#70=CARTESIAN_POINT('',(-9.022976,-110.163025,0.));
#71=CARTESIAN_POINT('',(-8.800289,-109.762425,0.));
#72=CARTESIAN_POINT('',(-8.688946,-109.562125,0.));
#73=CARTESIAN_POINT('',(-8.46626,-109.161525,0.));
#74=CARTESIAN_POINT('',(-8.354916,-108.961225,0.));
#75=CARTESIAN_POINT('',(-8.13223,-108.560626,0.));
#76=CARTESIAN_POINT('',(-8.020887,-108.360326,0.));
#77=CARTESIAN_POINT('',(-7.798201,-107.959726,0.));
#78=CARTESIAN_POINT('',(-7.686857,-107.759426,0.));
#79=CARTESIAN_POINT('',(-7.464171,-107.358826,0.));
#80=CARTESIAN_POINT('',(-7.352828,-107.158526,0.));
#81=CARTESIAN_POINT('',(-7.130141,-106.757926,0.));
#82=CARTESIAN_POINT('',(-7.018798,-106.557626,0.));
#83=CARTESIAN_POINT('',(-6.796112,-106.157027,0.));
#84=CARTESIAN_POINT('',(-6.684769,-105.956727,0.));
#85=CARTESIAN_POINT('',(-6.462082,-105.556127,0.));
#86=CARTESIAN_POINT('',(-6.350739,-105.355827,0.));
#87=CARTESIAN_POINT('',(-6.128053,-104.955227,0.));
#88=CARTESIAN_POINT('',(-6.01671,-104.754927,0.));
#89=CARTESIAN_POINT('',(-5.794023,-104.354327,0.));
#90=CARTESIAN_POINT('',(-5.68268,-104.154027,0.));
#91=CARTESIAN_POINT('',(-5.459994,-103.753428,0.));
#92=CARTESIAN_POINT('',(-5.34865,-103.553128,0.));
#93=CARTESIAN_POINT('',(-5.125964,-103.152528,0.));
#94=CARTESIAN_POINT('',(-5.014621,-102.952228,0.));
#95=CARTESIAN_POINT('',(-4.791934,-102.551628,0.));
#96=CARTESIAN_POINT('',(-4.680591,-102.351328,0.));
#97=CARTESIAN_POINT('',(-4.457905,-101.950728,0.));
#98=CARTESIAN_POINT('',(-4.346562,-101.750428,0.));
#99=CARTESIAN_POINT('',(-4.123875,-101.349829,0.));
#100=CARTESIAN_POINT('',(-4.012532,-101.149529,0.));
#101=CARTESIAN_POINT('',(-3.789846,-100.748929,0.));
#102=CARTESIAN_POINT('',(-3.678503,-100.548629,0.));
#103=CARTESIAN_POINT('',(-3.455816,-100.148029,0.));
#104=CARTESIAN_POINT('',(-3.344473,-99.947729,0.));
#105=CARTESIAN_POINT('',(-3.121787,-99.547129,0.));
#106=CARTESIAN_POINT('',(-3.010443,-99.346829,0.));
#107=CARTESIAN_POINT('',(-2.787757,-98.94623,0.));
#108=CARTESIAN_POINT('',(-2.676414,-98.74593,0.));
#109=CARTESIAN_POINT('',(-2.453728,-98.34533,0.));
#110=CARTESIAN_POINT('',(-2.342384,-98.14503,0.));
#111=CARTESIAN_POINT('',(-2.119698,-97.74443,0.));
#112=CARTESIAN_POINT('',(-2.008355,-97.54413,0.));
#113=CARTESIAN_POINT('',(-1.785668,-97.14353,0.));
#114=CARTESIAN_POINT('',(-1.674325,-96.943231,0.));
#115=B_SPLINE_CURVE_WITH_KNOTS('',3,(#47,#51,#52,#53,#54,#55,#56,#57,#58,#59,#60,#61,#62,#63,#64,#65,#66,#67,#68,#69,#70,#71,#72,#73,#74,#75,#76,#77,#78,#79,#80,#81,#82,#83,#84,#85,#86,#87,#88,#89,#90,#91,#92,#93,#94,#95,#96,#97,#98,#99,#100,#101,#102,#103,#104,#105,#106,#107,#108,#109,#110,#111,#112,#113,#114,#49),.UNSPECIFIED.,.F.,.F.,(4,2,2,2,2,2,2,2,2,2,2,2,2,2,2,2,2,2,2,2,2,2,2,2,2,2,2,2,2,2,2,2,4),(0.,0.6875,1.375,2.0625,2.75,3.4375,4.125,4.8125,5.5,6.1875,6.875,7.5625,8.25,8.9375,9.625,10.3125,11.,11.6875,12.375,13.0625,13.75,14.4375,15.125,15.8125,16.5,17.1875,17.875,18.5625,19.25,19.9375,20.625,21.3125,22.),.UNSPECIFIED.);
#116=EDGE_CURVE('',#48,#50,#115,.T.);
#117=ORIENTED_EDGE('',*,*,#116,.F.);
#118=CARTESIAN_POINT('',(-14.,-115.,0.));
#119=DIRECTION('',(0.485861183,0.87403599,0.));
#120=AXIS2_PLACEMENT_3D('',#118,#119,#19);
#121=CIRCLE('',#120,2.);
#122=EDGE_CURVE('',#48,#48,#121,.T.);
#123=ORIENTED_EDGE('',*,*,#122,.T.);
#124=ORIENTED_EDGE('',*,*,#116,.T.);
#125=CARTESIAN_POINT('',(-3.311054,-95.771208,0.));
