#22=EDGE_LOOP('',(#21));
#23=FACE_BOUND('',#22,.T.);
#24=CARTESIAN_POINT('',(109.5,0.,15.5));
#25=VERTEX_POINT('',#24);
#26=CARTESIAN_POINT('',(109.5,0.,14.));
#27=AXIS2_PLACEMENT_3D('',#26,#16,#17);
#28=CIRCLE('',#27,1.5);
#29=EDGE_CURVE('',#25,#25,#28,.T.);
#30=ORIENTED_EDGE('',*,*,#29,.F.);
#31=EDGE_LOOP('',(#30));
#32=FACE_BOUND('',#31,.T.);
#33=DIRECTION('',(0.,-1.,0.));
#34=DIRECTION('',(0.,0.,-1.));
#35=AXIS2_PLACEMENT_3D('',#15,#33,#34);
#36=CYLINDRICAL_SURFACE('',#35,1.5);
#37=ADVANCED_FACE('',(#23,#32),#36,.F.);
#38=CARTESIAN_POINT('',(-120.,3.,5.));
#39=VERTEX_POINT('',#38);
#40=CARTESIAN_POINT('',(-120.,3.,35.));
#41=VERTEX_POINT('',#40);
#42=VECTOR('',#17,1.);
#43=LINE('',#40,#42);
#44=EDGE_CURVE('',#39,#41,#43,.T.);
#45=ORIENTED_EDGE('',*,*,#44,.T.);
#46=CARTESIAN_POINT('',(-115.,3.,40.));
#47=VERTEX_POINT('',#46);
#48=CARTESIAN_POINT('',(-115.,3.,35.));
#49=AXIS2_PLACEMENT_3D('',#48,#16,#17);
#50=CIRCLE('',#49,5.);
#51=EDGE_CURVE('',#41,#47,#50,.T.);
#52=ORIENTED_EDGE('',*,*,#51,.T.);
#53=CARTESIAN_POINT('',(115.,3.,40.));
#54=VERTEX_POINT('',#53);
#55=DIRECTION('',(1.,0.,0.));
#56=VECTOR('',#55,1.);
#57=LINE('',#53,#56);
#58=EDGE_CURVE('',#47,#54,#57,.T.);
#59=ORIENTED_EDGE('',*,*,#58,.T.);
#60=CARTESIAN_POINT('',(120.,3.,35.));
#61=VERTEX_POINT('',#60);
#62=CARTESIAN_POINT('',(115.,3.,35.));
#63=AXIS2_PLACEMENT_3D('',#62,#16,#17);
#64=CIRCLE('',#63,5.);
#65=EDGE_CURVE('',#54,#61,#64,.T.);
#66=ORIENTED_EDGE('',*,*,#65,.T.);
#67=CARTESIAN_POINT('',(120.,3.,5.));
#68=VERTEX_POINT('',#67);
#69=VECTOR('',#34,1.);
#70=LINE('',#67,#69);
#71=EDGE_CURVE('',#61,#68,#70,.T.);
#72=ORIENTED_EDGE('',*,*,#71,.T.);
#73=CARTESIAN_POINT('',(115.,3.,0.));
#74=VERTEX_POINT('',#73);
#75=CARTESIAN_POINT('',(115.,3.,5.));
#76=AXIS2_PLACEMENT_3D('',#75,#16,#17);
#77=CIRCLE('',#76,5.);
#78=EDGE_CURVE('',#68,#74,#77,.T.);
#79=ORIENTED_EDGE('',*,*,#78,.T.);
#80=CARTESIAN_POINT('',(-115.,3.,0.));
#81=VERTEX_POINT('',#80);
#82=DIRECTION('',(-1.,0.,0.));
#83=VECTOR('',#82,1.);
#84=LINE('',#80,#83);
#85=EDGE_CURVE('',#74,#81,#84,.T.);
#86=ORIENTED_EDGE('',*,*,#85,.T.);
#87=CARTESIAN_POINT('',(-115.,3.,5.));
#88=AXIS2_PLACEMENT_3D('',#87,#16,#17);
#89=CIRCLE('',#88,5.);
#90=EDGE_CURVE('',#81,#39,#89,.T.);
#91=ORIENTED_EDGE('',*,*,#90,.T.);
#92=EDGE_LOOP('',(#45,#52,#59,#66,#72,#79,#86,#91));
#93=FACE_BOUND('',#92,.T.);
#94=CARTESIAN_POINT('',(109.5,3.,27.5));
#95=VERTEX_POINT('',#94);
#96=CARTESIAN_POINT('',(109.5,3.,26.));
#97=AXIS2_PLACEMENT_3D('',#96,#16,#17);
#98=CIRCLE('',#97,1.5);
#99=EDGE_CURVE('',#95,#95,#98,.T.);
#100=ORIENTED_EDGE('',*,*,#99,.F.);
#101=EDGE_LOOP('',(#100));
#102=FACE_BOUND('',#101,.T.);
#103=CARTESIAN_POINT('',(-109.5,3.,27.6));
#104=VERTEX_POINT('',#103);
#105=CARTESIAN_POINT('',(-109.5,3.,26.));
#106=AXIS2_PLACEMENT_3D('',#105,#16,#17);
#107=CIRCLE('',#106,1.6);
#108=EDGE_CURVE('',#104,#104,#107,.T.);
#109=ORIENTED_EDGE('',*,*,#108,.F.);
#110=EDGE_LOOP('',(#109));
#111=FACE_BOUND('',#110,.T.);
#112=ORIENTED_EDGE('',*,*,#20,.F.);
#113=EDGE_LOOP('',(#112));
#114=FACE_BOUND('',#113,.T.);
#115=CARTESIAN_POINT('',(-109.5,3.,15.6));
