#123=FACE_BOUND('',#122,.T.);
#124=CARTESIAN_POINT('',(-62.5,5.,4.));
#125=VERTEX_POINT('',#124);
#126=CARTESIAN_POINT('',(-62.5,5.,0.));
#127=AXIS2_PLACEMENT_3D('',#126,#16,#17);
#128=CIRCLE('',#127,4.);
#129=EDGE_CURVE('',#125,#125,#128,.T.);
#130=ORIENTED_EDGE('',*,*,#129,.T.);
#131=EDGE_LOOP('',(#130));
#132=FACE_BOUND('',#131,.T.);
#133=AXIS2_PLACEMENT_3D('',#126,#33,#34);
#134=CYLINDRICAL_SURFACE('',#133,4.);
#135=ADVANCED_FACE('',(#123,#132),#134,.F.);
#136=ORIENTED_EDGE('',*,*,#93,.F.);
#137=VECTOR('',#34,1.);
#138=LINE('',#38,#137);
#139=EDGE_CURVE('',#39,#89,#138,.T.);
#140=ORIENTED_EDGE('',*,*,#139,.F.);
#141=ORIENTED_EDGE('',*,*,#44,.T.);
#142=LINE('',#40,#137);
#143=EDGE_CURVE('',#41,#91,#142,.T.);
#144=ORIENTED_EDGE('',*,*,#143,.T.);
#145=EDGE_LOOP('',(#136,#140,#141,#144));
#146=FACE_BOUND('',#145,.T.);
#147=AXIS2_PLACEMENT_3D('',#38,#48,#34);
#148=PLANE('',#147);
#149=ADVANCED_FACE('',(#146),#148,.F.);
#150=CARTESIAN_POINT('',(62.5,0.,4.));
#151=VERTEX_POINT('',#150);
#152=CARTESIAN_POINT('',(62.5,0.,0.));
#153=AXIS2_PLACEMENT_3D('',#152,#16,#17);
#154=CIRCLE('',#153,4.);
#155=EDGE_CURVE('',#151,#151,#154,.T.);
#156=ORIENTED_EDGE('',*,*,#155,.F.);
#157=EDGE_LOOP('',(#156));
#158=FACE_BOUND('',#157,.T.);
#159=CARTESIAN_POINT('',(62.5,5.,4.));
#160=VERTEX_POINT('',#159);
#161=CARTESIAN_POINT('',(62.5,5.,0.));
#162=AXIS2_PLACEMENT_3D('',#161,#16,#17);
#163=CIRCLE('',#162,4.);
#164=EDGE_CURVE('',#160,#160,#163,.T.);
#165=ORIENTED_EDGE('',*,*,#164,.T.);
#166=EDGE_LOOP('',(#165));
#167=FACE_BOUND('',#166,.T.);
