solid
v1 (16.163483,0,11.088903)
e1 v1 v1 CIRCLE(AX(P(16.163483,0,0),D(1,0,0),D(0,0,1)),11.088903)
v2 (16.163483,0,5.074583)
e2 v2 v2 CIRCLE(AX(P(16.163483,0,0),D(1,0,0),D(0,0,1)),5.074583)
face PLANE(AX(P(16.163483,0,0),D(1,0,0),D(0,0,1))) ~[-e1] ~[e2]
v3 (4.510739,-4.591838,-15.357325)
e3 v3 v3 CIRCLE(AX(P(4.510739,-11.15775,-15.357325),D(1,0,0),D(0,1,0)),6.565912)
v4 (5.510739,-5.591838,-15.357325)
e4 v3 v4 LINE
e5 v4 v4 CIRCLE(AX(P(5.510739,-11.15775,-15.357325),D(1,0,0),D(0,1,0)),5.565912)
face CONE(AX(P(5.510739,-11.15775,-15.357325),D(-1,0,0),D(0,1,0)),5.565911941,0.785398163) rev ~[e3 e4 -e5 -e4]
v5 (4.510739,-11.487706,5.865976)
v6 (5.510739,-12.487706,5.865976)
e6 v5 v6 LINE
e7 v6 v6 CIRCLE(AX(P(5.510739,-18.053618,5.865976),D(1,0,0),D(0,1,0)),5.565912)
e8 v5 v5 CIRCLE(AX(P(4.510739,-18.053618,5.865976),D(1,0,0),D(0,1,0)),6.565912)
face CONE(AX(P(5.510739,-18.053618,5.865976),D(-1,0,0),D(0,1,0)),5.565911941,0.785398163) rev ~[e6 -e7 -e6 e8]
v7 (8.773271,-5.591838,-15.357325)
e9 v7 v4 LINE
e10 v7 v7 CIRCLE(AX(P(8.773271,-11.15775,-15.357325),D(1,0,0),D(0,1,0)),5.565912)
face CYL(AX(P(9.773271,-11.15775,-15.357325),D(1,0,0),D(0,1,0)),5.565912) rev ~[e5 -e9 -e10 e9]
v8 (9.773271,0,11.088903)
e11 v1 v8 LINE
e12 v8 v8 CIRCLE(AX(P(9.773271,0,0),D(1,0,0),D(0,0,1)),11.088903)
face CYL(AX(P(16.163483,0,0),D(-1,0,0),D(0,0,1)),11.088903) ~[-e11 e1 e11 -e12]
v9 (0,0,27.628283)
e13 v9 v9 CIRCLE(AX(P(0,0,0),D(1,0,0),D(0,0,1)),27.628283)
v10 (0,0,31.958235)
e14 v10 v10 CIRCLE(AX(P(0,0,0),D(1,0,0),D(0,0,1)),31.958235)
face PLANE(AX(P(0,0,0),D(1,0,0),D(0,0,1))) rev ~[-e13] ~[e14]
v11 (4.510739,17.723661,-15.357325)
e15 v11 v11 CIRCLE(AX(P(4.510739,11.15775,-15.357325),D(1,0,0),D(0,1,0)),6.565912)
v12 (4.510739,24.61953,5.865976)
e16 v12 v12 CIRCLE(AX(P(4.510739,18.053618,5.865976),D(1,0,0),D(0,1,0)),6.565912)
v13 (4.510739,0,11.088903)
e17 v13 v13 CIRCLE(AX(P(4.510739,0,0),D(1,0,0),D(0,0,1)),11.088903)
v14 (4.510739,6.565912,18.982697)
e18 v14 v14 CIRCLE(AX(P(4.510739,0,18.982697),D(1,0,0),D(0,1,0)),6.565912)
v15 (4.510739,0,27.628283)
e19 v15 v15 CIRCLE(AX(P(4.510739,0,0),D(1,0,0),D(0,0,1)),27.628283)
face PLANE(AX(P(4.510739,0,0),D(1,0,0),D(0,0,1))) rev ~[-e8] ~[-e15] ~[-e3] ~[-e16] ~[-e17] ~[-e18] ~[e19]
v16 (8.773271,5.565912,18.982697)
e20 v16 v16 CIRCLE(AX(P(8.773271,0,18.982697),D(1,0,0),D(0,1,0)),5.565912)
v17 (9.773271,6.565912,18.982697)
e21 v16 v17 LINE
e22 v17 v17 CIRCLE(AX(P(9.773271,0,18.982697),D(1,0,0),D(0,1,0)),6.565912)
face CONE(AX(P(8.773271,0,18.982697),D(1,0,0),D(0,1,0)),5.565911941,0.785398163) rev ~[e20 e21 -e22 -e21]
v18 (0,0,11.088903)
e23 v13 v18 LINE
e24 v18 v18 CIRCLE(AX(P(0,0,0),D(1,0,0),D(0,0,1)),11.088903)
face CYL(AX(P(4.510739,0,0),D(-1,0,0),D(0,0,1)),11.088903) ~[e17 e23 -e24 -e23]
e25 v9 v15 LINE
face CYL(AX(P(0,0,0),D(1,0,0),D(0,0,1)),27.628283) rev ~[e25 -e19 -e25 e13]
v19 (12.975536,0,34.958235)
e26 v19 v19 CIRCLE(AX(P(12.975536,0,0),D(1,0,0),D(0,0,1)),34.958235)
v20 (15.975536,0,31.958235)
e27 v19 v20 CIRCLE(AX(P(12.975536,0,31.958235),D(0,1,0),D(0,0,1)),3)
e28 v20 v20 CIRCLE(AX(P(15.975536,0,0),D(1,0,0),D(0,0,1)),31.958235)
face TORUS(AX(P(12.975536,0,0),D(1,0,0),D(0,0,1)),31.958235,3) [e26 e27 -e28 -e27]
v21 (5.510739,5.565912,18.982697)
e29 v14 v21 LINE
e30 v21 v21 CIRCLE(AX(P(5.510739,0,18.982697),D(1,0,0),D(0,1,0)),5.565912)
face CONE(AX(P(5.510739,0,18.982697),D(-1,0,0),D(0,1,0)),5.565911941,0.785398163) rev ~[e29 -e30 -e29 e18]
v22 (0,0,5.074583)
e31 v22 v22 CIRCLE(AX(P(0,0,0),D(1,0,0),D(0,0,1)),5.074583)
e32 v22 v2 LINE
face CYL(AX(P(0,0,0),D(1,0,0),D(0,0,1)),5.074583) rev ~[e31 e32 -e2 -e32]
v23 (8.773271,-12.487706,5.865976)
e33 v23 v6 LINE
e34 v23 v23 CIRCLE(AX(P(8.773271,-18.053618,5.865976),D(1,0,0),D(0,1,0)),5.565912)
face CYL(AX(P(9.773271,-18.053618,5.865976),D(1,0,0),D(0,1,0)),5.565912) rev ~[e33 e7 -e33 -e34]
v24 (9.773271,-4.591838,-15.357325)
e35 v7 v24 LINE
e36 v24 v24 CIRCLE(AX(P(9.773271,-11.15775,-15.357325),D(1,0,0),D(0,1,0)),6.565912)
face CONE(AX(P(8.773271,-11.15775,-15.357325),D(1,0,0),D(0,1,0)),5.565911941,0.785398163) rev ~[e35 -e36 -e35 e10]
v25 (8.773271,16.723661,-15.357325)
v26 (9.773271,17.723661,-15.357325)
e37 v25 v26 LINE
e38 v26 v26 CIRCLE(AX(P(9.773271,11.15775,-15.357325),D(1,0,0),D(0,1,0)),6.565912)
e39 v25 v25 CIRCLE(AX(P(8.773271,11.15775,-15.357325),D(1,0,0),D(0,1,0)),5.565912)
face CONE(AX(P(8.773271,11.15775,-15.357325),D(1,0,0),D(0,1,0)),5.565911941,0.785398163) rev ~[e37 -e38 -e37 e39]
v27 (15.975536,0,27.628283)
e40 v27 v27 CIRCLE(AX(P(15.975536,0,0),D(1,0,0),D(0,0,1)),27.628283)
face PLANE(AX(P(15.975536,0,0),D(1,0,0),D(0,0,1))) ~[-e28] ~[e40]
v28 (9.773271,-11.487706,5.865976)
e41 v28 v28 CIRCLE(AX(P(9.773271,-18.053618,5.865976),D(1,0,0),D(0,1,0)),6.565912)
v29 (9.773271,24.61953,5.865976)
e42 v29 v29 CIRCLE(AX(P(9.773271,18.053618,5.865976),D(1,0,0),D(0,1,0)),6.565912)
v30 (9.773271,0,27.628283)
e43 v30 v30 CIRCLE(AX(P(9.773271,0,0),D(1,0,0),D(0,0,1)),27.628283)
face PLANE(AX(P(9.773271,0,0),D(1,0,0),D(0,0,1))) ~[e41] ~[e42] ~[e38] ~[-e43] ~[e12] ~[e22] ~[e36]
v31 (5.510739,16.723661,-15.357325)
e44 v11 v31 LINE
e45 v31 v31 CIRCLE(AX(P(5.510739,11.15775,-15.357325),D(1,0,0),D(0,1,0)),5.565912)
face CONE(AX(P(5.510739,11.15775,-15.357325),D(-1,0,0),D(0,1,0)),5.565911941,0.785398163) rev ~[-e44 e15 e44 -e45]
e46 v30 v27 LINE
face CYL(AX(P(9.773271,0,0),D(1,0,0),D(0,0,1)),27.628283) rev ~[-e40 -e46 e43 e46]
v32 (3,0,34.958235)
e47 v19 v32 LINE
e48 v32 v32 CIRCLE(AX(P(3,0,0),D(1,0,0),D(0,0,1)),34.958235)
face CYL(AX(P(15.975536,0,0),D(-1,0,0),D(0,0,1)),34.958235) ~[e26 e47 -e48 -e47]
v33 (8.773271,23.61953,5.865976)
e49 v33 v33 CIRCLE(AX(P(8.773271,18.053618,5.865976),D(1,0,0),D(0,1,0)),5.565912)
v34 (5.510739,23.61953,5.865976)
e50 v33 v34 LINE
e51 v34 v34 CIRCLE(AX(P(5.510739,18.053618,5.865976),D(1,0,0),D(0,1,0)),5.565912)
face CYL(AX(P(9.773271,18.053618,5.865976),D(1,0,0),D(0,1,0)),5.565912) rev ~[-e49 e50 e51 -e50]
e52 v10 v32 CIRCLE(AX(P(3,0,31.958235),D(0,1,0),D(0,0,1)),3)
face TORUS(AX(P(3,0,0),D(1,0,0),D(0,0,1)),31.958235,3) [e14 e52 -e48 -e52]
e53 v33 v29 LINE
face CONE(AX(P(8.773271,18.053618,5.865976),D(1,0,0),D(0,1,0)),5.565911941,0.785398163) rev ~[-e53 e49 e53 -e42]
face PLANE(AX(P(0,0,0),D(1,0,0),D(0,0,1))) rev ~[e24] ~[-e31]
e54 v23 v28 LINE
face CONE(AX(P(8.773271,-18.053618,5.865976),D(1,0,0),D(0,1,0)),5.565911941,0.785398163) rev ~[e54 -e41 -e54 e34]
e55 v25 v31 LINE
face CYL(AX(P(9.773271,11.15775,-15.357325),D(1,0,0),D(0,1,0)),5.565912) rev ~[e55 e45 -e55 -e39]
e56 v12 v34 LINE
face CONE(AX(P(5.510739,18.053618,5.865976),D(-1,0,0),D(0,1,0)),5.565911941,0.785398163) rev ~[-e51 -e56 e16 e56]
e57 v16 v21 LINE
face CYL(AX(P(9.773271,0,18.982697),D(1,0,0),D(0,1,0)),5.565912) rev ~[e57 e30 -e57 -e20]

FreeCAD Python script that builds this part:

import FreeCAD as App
import Part
import Sketcher
Q = App.Units.Quantity


def edges_at(feature, points):
    """Names of the edges that pass closest to the given points."""
    edges = feature.Shape.Edges
    near = lambda p: min(range(len(edges)), key=lambda i: edges[i].distToShape(Part.Vertex(*p))[0])
    return sorted({f"Edge{near(p) + 1}" for p in points})


def add_polygon(sketch, points):
    """Adds a closed chain of lines whose ends are joined by coincident constraints."""
    first, n = sketch.GeometryCount, len(points)
    for a, b in zip(points, points[1:] + points[:1]):
        sketch.addGeometry(Part.LineSegment(App.Vector(*a, 0), App.Vector(*b, 0)), False)
    for i in range(n):
        sketch.addConstraint(Sketcher.Constraint("Coincident", first + i, 2, first + (i + 1) % n, 1))

doc = App.newDocument("Part")
params = doc.addObject("Spreadsheet::Sheet", "Params")
for row, (alias, value) in enumerate([
    ("revolution_angle", "360 deg"),
    ("pocket1_length", "25 mm"),
    ("fillet_radius", "3 mm"),
    ("chamfer_size", "1 mm"),
], start=1):
    params.set(f"A{row}", alias)
    params.set(f"B{row}", "=" + value)
    params.setAlias(f"B{row}", alias)

body = doc.addObject("PartDesign::Body", "Body")

sketch1 = doc.addObject("Sketcher::SketchObject", "Sketch")
body.addObject(sketch1)
sketch1.AttachmentSupport = (doc.XZ_Plane, [""])
sketch1.MapMode = "FlatFace"
add_polygon(sketch1, [(0, 11.1), (0, 5.1), (16.2, 5.1), (16.2, 11.1), (9.8, 11.1), (9.8, 27.6), (16, 27.6), (16, 35), (0, 35), (0, 27.6), (4.5, 27.6), (4.5, 11.1)])
sketch1.addConstraint(Sketcher.Constraint("Vertical", 0))
sketch1.addConstraint(Sketcher.Constraint("Horizontal", 1))
sketch1.addConstraint(Sketcher.Constraint("Vertical", 2))
sketch1.addConstraint(Sketcher.Constraint("Horizontal", 3))
sketch1.addConstraint(Sketcher.Constraint("Vertical", 4))
sketch1.addConstraint(Sketcher.Constraint("Horizontal", 5))
sketch1.addConstraint(Sketcher.Constraint("Vertical", 6))
sketch1.addConstraint(Sketcher.Constraint("Horizontal", 7))
sketch1.addConstraint(Sketcher.Constraint("Vertical", 8))
sketch1.addConstraint(Sketcher.Constraint("Horizontal", 9))
sketch1.addConstraint(Sketcher.Constraint("Vertical", 10))
sketch1.addConstraint(Sketcher.Constraint("Horizontal", 11))
sketch1.addConstraint(Sketcher.Constraint("PointOnObject", 0, 2, -2))
sketch1.addConstraint(Sketcher.Constraint("PointOnObject", 7, 2, -2))
sketch1.addConstraint(Sketcher.Constraint("Horizontal", 5, 2, 8, 2))
sketch1.addConstraint(Sketcher.Constraint("Horizontal", 3, 2, 10, 2))
sketch1.addConstraint(Sketcher.Constraint("DistanceX", 9, 1, 9, 2, Q("4.510739 mm")))
sketch1.addConstraint(Sketcher.Constraint("DistanceY", 0, 2, 0, 1, Q("6.01432 mm")))
sketch1.addConstraint(Sketcher.Constraint("DistanceY", 4, 1, 4, 2, Q("16.53938 mm")))
sketch1.addConstraint(Sketcher.Constraint("DistanceY", 6, 1, 6, 2, Q("7.329952 mm")))
sketch1.addConstraint(Sketcher.Constraint("DistanceX", 1, 1, 1, 2, Q("16.163483 mm")))
sketch1.addConstraint(Sketcher.Constraint("DistanceX", 3, 2, 3, 1, Q("6.390213 mm")))
sketch1.addConstraint(Sketcher.Constraint("DistanceX", 5, 1, 5, 2, Q("6.202265 mm")))
sketch1.addConstraint(Sketcher.Constraint("DistanceY", -1, 1, 0, 2, Q("5.074583 mm")))
revolution = doc.addObject("PartDesign::Revolution", "Revolution")
body.addObject(revolution)
revolution.Profile = sketch1
revolution.ReferenceAxis = (sketch1, ["H_Axis"])
revolution.setExpression("Angle", "Params.revolution_angle")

#### Exercise requirements:
Look above for the line holding "#79=ORIENTED_EDGE('',*,*,#78,.T.);". Print it and every line after it, exactly, through the line holding "#96=CARTESIAN_POINT('',(109.5,3.,26.));".

#### Answer:
#79=ORIENTED_EDGE('',*,*,#78,.T.);
#80=CARTESIAN_POINT('',(-115.,3.,0.));
#81=VERTEX_POINT('',#80);
#82=DIRECTION('',(-1.,0.,0.));
#83=VECTOR('',#82,1.);
#84=LINE('',#80,#83);
#85=EDGE_CURVE('',#74,#81,#84,.T.);
#86=ORIENTED_EDGE('',*,*,#85,.T.);
#87=CARTESIAN_POINT('',(-115.,3.,5.));
#88=AXIS2_PLACEMENT_3D('',#87,#16,#17);
#89=CIRCLE('',#88,5.);
#90=EDGE_CURVE('',#81,#39,#89,.T.);
#91=ORIENTED_EDGE('',*,*,#90,.T.);
#92=EDGE_LOOP('',(#45,#52,#59,#66,#72,#79,#86,#91));
#93=FACE_BOUND('',#92,.T.);
#94=CARTESIAN_POINT('',(109.5,3.,27.5));
#95=VERTEX_POINT('',#94);
#96=CARTESIAN_POINT('',(109.5,3.,26.));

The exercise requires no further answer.